Ancak bu umudun pabucu kısa sürede dama atıldı. Çünkü Cahit Bey’in gönlünde başka bir sevda vardı: Beşikdüzü Belediye Başkanlığı. Bu öyle sıradan bir tutku değildi; adeta Leyla’sına kavuşmak isteyen Mecnun gibi, yıllarca bu hedefin peşinden koştu. Parti içi çatışmalara girdi, il yönetimiyle papaz oldu, milletvekilleriyle papara yaşadı, dost bildikleriyle bile ters düştü. Sonunda, türlü ittifaklarla koltuğa oturdu. Tebrik ettik. “Belki de vizyon sahibi bir başkan gelir” diye umutlandık.

Ama ne mümkün! "Dağ fare doğurdu", o da fotoğrafa poz verdi.

Zira Beşikdüzü halkı, belediye hizmeti değil, bol bol sosyal medya paylaşımı gördü. Cahit Bey, bir belediye başkanından ziyade, profesyonel bir "poz verme uzmanı" gibi çalıştı. Öyle ki, sokak sokak gezip her kaldırım taşına bir kare borçlu kaldı. Belediyecilik mi dediniz? Allah aşkına, o eski şehir idareciliğinden eser yok. Modern anlamda bir icraat mı beklediniz? Boşuna nefes tüketmeyin.

Cahit Bey sayesinde Beşikdüzü’nün en ücra yerlerini tanıma fırsatı bulduk; çünkü gidip gezecek bir şey yoktu, ama fotoğraf çektirmek için her yerdeydi.

Caddeler değişmedi, çöp konteynerleri hâlâ dolu, parklar bakımsız. Fakat belediye başkanımız sosyal medya algoritmalarına hâkim maşallah; hikâyede her gün, postta haftada üç defa kendisini görmek mümkün. Şehir tanıtımı değil, başkan tanıtımı

Bir de Büyükşehir Belediye Meclisi var tabii. CHP sıralarında oturup AK Parti meclis üyesi gibi hareket ettiğini görenler hayretler içinde. Muhalefet yapması gereken yerde sükûtun sultanı kesildi.

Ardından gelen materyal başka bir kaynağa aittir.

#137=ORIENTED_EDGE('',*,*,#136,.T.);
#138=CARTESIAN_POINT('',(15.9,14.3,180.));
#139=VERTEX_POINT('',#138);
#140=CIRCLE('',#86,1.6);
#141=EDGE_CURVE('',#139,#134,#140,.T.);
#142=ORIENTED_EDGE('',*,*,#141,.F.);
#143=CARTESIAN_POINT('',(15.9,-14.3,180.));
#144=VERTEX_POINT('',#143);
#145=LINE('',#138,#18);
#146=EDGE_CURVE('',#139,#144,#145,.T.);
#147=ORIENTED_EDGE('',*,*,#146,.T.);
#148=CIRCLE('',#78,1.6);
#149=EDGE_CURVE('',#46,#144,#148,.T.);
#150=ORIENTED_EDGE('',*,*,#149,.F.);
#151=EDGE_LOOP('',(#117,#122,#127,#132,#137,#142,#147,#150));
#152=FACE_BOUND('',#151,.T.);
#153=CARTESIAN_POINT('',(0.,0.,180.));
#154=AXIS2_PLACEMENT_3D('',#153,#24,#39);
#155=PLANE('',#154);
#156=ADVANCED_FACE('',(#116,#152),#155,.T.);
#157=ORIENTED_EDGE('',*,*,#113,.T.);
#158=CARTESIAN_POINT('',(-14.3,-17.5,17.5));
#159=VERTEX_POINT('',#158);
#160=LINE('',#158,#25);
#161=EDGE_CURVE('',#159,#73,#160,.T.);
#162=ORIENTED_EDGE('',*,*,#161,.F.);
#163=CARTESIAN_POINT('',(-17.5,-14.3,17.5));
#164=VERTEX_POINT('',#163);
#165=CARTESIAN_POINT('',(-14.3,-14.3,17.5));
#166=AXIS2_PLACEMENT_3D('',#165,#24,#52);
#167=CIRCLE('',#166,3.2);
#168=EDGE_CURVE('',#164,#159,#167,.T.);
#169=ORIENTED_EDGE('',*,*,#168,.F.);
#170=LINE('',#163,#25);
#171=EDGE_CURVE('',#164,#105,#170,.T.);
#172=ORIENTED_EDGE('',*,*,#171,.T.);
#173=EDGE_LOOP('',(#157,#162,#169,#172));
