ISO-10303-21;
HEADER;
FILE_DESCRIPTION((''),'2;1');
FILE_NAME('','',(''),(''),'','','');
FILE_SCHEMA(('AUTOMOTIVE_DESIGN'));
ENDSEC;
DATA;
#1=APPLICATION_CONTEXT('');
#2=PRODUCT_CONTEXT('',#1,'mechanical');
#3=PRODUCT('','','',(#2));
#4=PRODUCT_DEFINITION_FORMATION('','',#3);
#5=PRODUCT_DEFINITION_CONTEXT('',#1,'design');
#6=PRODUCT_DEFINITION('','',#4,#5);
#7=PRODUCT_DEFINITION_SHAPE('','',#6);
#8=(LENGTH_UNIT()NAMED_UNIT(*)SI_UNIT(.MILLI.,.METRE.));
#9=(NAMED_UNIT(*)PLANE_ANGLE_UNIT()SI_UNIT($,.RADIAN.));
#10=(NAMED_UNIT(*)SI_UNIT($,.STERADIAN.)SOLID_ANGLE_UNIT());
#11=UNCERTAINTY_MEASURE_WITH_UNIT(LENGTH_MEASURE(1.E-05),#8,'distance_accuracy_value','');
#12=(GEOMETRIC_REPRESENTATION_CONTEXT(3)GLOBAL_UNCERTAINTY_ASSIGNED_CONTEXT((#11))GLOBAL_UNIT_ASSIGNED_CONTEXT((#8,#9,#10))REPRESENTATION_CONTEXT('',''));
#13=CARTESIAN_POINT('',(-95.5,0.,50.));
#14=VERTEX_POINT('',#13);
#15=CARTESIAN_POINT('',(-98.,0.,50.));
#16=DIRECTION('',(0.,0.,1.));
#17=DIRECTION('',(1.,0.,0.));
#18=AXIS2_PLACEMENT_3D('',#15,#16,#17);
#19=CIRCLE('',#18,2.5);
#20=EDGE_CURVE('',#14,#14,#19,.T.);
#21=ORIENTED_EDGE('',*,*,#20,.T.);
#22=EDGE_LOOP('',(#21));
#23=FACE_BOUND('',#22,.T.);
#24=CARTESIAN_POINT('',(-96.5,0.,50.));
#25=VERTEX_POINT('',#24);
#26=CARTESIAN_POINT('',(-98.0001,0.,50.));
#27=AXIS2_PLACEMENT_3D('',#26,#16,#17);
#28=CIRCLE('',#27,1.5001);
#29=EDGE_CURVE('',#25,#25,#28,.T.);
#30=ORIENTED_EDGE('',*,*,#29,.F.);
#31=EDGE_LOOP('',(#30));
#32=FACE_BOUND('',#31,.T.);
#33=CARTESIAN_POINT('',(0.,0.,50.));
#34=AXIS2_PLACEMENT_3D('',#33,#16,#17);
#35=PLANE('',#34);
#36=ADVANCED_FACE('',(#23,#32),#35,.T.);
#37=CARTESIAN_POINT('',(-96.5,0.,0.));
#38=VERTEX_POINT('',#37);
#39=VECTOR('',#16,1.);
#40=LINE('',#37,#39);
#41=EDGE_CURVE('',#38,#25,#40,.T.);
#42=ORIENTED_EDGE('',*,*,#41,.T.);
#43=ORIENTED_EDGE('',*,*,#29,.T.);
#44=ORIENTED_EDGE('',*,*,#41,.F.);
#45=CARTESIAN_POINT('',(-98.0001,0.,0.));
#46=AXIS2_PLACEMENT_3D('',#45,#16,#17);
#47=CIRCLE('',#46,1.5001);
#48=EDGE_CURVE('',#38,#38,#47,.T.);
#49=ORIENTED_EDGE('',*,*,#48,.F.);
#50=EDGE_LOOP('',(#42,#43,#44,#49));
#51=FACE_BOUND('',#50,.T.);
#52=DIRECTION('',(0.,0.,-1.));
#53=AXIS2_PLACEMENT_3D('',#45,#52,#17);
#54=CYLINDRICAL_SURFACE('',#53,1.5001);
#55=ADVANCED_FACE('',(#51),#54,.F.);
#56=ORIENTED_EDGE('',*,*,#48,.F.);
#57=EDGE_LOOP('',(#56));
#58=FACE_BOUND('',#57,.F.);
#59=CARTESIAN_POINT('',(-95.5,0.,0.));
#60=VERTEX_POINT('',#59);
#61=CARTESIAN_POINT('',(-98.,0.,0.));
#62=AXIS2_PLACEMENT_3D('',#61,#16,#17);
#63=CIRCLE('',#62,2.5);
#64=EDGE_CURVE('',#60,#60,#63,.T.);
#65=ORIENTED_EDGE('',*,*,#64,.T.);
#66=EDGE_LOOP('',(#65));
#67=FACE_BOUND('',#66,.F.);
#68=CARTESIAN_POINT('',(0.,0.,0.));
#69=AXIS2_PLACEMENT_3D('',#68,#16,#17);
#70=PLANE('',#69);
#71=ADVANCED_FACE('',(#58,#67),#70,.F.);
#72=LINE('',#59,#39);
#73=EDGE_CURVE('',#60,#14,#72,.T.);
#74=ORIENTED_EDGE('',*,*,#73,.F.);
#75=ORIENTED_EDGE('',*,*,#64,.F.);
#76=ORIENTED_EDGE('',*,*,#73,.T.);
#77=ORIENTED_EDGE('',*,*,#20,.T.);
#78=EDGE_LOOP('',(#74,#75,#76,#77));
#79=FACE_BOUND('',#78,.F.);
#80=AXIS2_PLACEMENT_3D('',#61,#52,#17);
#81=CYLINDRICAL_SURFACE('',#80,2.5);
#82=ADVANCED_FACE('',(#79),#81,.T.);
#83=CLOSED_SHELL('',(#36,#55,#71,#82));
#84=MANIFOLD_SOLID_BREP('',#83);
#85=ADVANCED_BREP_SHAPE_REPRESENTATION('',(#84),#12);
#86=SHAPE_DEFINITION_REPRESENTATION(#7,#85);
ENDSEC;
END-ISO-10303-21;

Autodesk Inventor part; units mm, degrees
ref_plane "YZ Plane" through (0, 0, 0) normal (1, 0, 0) x (0, 1, 0)
ref_plane "XZ Plane" through (0, 0, 0) normal (0, 1, 0) x (-1, 0, 0)
ref_plane "XY Plane" through (0, 0, 0) normal (0, 0, 1) x (1, 0, 0)
sketch "Boceto1" plane through (0, 0, 0) normal (0, 0, 1) x (1, 0, 0)
  circle A0 centre (-98.0001, 0) radius 1.5001 projected
  circle A1 centre (-98, 0) radius 2.5 projected
  point P0 (0, 0)
extrude "Extrusión1" add sketch "Boceto1" along normal blind 50
properties part number "Varilla2"
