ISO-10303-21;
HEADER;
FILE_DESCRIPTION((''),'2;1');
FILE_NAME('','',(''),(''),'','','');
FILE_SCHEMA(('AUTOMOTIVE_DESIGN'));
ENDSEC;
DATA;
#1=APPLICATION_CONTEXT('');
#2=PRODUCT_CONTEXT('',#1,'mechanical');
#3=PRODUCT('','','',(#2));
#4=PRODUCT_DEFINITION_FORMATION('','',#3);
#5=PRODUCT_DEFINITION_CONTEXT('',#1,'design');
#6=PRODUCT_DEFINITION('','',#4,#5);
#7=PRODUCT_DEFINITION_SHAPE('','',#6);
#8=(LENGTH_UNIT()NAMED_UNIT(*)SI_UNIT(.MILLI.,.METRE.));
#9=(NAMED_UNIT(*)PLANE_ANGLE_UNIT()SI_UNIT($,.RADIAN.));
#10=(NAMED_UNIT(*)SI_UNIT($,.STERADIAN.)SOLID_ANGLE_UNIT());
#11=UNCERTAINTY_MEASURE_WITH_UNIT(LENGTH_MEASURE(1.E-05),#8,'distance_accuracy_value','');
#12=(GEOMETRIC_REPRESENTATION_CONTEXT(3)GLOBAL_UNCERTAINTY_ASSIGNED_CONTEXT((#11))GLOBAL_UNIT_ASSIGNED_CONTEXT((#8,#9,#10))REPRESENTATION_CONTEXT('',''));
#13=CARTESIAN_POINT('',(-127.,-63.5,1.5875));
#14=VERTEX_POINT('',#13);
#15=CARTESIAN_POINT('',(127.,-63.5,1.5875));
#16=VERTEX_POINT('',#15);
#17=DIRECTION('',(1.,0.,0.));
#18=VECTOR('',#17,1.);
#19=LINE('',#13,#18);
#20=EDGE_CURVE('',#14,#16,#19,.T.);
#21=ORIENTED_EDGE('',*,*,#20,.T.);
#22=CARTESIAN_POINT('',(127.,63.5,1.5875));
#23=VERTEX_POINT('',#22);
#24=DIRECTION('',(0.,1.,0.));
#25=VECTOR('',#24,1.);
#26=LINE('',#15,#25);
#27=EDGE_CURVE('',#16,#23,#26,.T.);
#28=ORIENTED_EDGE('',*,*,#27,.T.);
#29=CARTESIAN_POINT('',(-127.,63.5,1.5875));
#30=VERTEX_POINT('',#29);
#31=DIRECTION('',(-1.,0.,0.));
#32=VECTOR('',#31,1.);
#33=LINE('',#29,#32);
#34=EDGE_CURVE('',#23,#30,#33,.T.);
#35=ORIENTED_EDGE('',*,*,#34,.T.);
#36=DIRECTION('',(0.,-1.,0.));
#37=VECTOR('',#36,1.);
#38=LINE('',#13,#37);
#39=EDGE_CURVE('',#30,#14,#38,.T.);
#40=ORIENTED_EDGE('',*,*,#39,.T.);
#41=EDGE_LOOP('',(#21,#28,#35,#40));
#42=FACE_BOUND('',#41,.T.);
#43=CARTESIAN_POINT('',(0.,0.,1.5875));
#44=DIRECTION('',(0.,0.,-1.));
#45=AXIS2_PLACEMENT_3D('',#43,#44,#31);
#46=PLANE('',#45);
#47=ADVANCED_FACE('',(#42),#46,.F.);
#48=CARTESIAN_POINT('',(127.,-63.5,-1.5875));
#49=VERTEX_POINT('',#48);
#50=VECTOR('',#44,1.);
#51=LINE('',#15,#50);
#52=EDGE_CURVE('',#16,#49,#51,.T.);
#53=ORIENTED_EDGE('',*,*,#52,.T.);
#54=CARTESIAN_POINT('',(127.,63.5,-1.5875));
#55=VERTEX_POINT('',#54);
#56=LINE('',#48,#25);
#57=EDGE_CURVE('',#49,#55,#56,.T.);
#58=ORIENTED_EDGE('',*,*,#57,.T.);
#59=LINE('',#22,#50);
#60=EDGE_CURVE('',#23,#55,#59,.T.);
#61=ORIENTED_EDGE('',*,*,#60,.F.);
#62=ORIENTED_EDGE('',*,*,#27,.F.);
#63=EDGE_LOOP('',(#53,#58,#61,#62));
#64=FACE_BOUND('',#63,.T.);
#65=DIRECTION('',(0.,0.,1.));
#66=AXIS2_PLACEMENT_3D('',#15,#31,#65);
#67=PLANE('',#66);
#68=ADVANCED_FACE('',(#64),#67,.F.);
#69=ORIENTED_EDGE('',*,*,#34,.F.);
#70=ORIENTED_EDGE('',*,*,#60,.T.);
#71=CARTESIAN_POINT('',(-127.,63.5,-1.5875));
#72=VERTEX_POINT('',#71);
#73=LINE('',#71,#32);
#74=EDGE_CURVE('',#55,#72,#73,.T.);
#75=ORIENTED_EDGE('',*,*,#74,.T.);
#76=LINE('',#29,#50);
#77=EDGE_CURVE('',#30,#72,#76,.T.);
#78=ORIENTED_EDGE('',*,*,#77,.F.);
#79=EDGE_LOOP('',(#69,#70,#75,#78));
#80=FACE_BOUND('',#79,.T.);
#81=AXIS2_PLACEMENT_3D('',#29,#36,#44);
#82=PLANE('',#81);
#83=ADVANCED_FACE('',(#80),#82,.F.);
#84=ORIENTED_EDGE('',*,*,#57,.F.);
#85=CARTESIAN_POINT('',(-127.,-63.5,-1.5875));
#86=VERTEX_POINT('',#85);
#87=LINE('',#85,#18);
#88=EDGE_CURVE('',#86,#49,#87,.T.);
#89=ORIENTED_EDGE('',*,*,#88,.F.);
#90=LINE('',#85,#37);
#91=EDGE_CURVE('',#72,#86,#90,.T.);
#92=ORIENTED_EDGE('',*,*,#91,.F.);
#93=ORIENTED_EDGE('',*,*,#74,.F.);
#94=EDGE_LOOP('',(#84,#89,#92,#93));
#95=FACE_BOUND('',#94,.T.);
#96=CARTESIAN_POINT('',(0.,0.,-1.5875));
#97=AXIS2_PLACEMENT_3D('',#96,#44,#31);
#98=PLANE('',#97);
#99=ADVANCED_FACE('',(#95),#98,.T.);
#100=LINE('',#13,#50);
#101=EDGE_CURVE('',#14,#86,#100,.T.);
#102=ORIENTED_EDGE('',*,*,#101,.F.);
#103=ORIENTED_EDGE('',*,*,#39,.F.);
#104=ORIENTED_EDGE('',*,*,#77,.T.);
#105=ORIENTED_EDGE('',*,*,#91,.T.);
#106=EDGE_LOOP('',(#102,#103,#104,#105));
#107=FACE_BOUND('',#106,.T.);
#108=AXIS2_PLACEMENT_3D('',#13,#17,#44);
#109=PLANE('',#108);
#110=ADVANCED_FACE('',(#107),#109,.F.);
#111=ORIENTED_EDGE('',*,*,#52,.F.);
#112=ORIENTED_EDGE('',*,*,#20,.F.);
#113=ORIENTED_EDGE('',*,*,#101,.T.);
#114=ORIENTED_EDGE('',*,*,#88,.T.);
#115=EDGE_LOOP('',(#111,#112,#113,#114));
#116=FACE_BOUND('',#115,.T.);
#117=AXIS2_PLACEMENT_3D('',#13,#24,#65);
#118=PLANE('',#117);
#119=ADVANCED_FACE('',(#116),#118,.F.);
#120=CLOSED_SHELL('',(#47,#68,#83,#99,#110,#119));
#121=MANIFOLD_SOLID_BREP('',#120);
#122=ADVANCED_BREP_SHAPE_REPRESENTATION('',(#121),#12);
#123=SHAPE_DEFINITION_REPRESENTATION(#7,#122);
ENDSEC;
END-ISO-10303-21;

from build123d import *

# Parameters (mm, degrees)
SKETCH1_W           = 254
SKETCH1_H           = 127
BOSS_EXTRUDE1_DEPTH = 1.5875


with BuildPart() as part:
    # Sketch1 → Boss-Extrude1 (new body, symmetric)
    with BuildSketch(Plane.XY):
        Rectangle(SKETCH1_W, SKETCH1_H)
    extrude(amount=BOSS_EXTRUDE1_DEPTH, both=True)


solid = part.part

Adeta “Ben karışmam, sadece oradaydım” pozu verdi. Meclislerde ağırlığı olan, konuşan, öneri sunan, eleştiren bir başkan beklerken; biz sadece arka fonda elini çenesine koymuş düşünür pozlarıyla yetindik.

Daha vahimi ise şu: Aynı partideki yol arkadaşları, mevkidaşları hukuki mücadele verirken, cezaevindeyken, Cahit Bey'in yaptığı tek şey, gülen pozlarla sosyal medyada arz-ı endam etmek oldu.

İnanılır gibi değil! Bu mu dayanışma? Bu mu partililik? Bu mudur halkçılık?

Eskiler der ki:
“Kişi kendini bilmek gibi irfan olmaz.”
Anlaşılan Cahit Bey, kendini yalnızca bir mercekten tanıyor: kamera merceği.

Sayın Özgür Özel’e buradan bir çağrı yapalım:

Beşikdüzü’nde olan biteni yerinde görmeniz için bir heyet gönderin. Çünkü buradaki tablo CHP’nin yerel yönetim vizyonuna yakışmıyor. Bu işler sosyal medya filtreleriyle değil; halkın duasıyla, hizmetle, adaletle, üretimle olur.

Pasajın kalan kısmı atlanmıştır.